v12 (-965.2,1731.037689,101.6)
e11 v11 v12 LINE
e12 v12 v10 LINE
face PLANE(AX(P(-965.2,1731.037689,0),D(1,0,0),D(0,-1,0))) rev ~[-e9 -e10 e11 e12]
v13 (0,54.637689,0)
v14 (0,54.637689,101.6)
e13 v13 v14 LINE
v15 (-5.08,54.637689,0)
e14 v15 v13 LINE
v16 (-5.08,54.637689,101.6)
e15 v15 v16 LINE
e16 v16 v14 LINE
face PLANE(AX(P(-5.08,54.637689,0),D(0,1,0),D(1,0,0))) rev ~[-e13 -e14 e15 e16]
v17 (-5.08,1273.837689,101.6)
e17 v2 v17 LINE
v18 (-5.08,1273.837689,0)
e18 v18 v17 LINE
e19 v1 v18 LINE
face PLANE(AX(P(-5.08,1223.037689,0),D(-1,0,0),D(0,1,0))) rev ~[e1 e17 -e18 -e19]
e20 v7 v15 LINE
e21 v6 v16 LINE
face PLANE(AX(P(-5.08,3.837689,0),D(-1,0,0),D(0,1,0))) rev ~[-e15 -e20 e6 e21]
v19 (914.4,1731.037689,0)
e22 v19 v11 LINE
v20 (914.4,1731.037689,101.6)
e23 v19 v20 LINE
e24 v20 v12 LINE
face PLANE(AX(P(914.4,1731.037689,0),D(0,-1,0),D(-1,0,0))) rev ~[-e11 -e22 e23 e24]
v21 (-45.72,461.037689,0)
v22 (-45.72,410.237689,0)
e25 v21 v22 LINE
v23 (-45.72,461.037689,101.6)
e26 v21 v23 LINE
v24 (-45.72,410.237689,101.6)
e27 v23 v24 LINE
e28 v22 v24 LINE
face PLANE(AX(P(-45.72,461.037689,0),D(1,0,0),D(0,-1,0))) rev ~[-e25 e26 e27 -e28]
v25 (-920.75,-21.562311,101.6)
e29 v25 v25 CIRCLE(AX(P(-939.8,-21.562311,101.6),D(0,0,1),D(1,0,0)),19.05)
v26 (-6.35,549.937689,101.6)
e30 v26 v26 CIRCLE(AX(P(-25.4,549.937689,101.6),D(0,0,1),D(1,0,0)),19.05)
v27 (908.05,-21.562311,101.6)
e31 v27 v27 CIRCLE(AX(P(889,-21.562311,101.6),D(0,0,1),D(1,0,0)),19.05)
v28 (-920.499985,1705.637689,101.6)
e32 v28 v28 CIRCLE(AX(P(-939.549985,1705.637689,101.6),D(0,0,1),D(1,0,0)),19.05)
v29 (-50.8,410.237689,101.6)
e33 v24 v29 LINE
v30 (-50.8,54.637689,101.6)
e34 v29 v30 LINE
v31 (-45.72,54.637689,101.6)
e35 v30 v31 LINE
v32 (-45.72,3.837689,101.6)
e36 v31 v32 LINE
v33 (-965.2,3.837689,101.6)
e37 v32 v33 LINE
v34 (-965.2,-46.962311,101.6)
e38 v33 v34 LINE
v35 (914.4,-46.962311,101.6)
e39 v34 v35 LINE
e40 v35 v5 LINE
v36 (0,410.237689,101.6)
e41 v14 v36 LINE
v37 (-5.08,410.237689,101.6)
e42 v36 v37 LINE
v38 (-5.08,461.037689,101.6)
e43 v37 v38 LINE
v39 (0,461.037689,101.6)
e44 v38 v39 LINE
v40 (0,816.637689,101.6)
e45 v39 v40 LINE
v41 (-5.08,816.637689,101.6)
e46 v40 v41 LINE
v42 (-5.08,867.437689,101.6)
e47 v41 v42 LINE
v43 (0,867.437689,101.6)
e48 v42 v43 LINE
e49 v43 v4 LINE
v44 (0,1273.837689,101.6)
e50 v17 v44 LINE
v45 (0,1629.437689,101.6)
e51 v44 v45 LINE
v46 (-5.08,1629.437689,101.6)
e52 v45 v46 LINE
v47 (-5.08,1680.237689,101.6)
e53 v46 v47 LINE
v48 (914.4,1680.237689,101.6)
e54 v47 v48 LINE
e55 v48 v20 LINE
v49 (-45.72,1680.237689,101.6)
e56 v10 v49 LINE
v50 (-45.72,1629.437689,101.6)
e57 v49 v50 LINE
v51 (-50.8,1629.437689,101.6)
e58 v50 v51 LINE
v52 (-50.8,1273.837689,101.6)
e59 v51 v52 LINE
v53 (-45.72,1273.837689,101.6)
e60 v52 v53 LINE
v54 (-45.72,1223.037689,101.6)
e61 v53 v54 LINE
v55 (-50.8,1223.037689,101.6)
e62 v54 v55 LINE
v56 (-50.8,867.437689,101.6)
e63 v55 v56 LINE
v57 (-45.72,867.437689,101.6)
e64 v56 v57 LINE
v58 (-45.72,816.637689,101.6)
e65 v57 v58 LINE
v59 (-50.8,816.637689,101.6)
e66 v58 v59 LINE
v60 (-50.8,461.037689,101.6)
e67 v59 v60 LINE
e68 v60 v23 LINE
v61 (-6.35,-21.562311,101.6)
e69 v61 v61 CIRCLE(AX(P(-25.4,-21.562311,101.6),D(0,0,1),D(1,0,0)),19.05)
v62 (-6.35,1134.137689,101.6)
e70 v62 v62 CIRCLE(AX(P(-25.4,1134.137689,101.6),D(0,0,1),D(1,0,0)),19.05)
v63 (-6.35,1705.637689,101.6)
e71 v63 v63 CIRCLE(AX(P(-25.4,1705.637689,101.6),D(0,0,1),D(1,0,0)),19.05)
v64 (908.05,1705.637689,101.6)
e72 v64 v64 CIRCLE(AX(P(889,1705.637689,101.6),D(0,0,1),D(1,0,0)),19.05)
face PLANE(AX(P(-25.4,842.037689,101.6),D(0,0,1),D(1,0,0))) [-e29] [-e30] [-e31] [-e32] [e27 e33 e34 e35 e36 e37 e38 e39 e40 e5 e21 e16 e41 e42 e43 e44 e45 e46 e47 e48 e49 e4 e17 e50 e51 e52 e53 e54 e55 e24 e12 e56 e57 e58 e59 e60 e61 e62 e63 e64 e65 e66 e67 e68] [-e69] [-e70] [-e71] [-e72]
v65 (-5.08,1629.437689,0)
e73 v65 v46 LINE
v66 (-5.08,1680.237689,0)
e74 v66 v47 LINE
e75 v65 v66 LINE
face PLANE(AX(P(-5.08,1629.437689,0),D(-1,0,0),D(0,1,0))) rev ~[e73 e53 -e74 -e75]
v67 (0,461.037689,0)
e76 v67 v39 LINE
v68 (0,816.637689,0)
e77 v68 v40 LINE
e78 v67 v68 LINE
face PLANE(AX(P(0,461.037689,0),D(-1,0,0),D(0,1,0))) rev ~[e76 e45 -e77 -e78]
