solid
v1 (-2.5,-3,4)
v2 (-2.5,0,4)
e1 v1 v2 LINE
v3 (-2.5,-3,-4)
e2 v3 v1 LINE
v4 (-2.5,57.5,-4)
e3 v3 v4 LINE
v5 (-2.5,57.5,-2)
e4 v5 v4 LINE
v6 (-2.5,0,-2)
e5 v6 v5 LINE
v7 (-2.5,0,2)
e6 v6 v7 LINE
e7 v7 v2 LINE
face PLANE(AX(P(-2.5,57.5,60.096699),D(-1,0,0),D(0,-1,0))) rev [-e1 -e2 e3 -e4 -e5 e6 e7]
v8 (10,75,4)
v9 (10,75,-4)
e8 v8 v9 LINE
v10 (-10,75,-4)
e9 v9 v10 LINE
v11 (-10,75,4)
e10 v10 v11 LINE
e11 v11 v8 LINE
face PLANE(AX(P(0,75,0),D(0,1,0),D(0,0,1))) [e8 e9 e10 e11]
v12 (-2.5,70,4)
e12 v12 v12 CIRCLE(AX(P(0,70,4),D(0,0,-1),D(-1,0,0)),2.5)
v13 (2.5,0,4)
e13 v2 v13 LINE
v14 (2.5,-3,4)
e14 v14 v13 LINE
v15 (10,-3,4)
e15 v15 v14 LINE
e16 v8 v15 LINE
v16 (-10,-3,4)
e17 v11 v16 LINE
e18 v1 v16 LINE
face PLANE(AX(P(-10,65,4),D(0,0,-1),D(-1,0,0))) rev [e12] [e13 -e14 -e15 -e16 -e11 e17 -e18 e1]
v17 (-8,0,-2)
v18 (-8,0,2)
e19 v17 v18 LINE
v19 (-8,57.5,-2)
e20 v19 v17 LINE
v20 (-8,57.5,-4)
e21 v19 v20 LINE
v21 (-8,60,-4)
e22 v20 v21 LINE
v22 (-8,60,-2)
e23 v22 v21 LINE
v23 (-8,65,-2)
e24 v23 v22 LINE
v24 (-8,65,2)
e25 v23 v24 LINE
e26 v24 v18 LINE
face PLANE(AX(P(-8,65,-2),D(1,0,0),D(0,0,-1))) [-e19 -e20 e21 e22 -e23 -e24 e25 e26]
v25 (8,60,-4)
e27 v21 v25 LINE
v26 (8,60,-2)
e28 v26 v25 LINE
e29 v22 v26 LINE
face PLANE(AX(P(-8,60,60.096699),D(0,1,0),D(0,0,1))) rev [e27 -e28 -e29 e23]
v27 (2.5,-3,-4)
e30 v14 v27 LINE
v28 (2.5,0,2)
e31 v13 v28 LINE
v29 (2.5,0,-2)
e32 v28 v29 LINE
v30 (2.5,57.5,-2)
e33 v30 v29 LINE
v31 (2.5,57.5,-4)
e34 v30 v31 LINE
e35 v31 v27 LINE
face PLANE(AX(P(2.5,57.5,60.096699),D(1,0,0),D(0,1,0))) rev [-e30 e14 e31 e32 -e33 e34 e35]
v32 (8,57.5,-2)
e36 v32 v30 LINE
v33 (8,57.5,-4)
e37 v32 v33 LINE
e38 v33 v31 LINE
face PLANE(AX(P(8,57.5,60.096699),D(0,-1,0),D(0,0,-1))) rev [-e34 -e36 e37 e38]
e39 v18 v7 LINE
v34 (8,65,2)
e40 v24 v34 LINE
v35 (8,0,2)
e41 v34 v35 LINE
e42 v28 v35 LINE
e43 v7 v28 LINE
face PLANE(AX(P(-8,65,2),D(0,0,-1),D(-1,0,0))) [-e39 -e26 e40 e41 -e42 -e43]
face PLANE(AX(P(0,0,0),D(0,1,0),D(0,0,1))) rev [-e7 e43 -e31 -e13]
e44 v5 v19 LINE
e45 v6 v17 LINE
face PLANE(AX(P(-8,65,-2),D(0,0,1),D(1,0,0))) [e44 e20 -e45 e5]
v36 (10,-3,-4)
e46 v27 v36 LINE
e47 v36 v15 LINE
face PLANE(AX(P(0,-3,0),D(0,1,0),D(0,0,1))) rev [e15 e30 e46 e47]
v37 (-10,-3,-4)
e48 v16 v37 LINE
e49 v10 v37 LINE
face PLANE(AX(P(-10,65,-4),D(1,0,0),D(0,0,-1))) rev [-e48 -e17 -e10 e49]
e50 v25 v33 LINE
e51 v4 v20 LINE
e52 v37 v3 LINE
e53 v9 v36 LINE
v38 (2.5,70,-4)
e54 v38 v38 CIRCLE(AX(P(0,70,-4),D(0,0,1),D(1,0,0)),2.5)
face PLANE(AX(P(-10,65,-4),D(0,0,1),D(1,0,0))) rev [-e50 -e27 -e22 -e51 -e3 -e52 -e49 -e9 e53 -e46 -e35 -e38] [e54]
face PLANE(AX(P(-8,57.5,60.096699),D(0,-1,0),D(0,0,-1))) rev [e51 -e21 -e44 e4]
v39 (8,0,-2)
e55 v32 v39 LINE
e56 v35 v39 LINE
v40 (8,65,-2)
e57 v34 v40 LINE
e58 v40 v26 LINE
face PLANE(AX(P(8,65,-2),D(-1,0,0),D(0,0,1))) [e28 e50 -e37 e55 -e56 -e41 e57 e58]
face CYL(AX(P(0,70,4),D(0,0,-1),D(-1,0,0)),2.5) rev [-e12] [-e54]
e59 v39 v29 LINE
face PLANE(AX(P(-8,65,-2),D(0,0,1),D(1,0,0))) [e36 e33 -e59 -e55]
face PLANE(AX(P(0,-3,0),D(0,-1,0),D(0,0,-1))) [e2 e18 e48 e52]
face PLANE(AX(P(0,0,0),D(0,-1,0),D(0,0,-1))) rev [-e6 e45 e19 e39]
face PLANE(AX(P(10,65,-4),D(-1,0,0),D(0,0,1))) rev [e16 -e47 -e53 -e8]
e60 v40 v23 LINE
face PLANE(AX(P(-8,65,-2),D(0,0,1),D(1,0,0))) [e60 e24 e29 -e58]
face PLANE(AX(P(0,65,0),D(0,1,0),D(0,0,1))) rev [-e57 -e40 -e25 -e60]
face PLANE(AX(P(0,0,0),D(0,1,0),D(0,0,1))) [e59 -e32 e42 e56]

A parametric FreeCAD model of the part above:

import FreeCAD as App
import Part
import Sketcher
Q = App.Units.Quantity


def add_polygon(sketch, points):
    """Adds a closed chain of lines whose ends are joined by coincident constraints."""
    first, n = sketch.GeometryCount, len(points)
    for a, b in zip(points, points[1:] + points[:1]):
        sketch.addGeometry(Part.LineSegment(App.Vector(*a, 0), App.Vector(*b, 0)), False)
    for i in range(n):
        sketch.addConstraint(Sketcher.Constraint("Coincident", first + i, 2, first + (i + 1) % n, 1))

doc = App.newDocument("Part")
body = doc.addObject("PartDesign::Body", "Body")

sketch1 = body.newObject("Sketcher::SketchObject", "Sketch")
sketch1.AttachmentSupport = (doc.getObject("XZ_Plane"), [""])
sketch1.MapMode = "FlatFace"
add_polygon(sketch1, [(-10, -4), (-10, 4), (10, 4), (10, -4)])
add_polygon(sketch1, [(8, 2), (-8, 2), (-8, -2), (8, -2)])
sketch1.addConstraint([
    Sketcher.Constraint("Vertical", 0),
    Sketcher.Constraint("Horizontal", 1),
    Sketcher.Constraint("Vertical", 2),
    Sketcher.Constraint("Horizontal", 3),
    Sketcher.Constraint("Horizontal", 4),
    Sketcher.Constraint("Vertical", 5),
    Sketcher.Constraint("Horizontal", 6),
    Sketcher.Constraint("Vertical", 7),
    Sketcher.Constraint("Symmetric", 0, 2, 2, 2, -1, 1),
    Sketcher.Constraint("Symmetric", 4, 2, 6, 2, -1, 1),
    Sketcher.Constraint("DistanceX", 1, 1, 1, 2, Q("20 mm")),
    Sketcher.Constraint("DistanceX", 4, 2, 4, 1, Q("16 mm")),
    Sketcher.Constraint("DistanceY", 0, 1, 0, 2, Q("8 mm")),
    Sketcher.Constraint("DistanceY", 5, 2, 5, 1, Q("4 mm")),
])
pad1 = body.newObject("PartDesign::Pad", "Pad")
pad1.Profile = sketch1
pad1.Length = 65
pad1.Reversed = True

sketch2 = body.newObject("Sketcher::SketchObject", "Sketch001")
sketch2.AttachmentSupport = (doc.getObject("XY_Plane"), [""])
sketch2.MapMode = "FlatFace"
sketch2.AttachmentOffset = App.Placement(App.Vector(0, 0, -4), App.Rotation())
add_polygon(sketch2, [(-8, 60), (8, 60), (8, 57.5), (2.5, 57.5), (2.5, 0), (-2.5, 0), (-2.5, 57.5), (-8, 57.5)])
sketch2.addConstraint([
    Sketcher.Constraint("Horizontal", 0),
    Sketcher.Constraint("Vertical", 1),
    Sketcher.Constraint("Horizontal", 2),
    Sketcher.Constraint("Vertical", 3),
    Sketcher.Constraint("Horizontal", 4),
    Sketcher.Constraint("Vertical", 5),
    Sketcher.Constraint("Horizontal", 6),
    Sketcher.Constraint("Vertical", 7),
    Sketcher.Constraint("Symmetric", 3, 2, 4, 2, -1, 1),
    Sketcher.Constraint("Symmetric", 1, 2, 6, 2, -2),
    Sketcher.Constraint("DistanceX", 0, 1, 0, 2, Q("16 mm")),
    Sketcher.Constraint("DistanceX", 4, 2, 4, 1, Q("5 mm")),
    Sketcher.Constraint("DistanceY", 1, 2, 1, 1, Q("2.5 mm")),
    Sketcher.Constraint("DistanceY", 3, 2, 3, 1, Q("57.5 mm")),
])
pocket1 = body.newObject("PartDesign::Pocket", "Pocket")
pocket1.Profile = sketch2
pocket1.Length = 2
pocket1.Reversed = True

sketch3 = body.newObject("Sketcher::SketchObject", "Sketch002")
sketch3.AttachmentSupport = (doc.getObject("XZ_Plane"), [""])
sketch3.MapMode = "FlatFace"
add_polygon(sketch3, [(-10, 4), (-10, -4), (-2.5, -4), (-2.5, 4)])
add_polygon(sketch3, [(2.5, 4), (2.5, -4), (10, -4), (10, 4)])
sketch3.addConstraint([
    Sketcher.Constraint("Vertical", 0),
    Sketcher.Constraint("Horizontal", 1),
    Sketcher.Constraint("Vertical", 2),
    Sketcher.Constraint("Horizontal", 3),
    Sketcher.Constraint("Vertical", 4),
    Sketcher.Constraint("Horizontal", 5),
    Sketcher.Constraint("Vertical", 6),
    Sketcher.Constraint("Horizontal", 7),
    Sketcher.Constraint("Symmetric", 2, 2, 4, 2, -1, 1),
    Sketcher.Constraint("Symmetric", 0, 2, 6, 2, -1, 1),
    Sketcher.Constraint("Horizontal", 1, 2, 4, 2),
    Sketcher.Constraint("DistanceY", 0, 2, 0, 1, Q("8 mm")),
    Sketcher.Constraint("DistanceX", 1, 1, 1, 2, Q("7.5 mm")),
    Sketcher.Constraint("DistanceX", 0, 2, -1, 1, Q("10 mm")),
])
pad2 = body.newObject("PartDesign::Pad", "Pad001")
pad2.Profile = sketch3
pad2.Length = 3

sketch4 = body.newObject("Sketcher::SketchObject", "Sketch003")
sketch4.AttachmentSupport = (doc.getObject("XZ_Plane"), [""])
sketch4.MapMode = "FlatFace"
sketch4.AttachmentOffset = App.Placement(App.Vector(0, 0, -65), App.Rotation())
add_polygon(sketch4, [(-10, -4), (-10, 4), (10, 4), (10, -4)])
sketch4.addConstraint([
    Sketcher.Constraint("Vertical", 0),
    Sketcher.Constraint("Horizontal", 1),
    Sketcher.Constraint("Vertical", 2),
    Sketcher.Constraint("Horizontal", 3),
    Sketcher.Constraint("Symmetric", 0, 2, 2, 2, -1, 1),
    Sketcher.Constraint("DistanceX", 1, 1, 1, 2, Q("20 mm")),
    Sketcher.Constraint("DistanceY", 0, 1, 0, 2, Q("8 mm")),
])
pad3 = body.newObject("PartDesign::Pad", "Pad002")
pad3.Profile = sketch4
pad3.Length = 10
pad3.Reversed = True

sketch5 = body.newObject("Sketcher::SketchObject", "Sketch004")
sketch5.AttachmentSupport = (doc.getObject("XY_Plane"), [""])
sketch5.MapMode = "FlatFace"
sketch5.AttachmentOffset = App.Placement(App.Vector(0, 0, -4), App.Rotation())
sketch5.addGeometry(Part.Circle(App.Vector(0, 70, 0), App.Vector(0, 0, 1), 2.5), False)
sketch5.addConstraint([
    Sketcher.Constraint("PointOnObject", 0, 3, -2),
    Sketcher.Constraint("Diameter", 0, Q("5 mm")),
    Sketcher.Constraint("DistanceY", -1, 1, 0, 3, Q("70 mm")),
])
pocket2 = body.newObject("PartDesign::Pocket", "Pocket001")
pocket2.Profile = sketch5
pocket2.Type = "ThroughAll"
pocket2.Midplane = True

doc.recompute()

····················

§ **EXERCISE**: Using the entries above, give back exactly the line containing "face PLANE(AX(P(0,0,0),D(0,1,0),D(0,0,1))) rev", the line containing "e48 v16 v37 LINE", and every line between them, and nothing else.

§ **WRITTEN SOLUTION**:
face PLANE(AX(P(0,0,0),D(0,1,0),D(0,0,1))) rev [-e7 e43 -e31 -e13]
e44 v5 v19 LINE
e45 v6 v17 LINE
face PLANE(AX(P(-8,65,-2),D(0,0,1),D(1,0,0))) [e44 e20 -e45 e5]
v36 (10,-3,-4)
e46 v27 v36 LINE
e47 v36 v15 LINE
face PLANE(AX(P(0,-3,0),D(0,1,0),D(0,0,1))) rev [e15 e30 e46 e47]
v37 (-10,-3,-4)
e48 v16 v37 LINE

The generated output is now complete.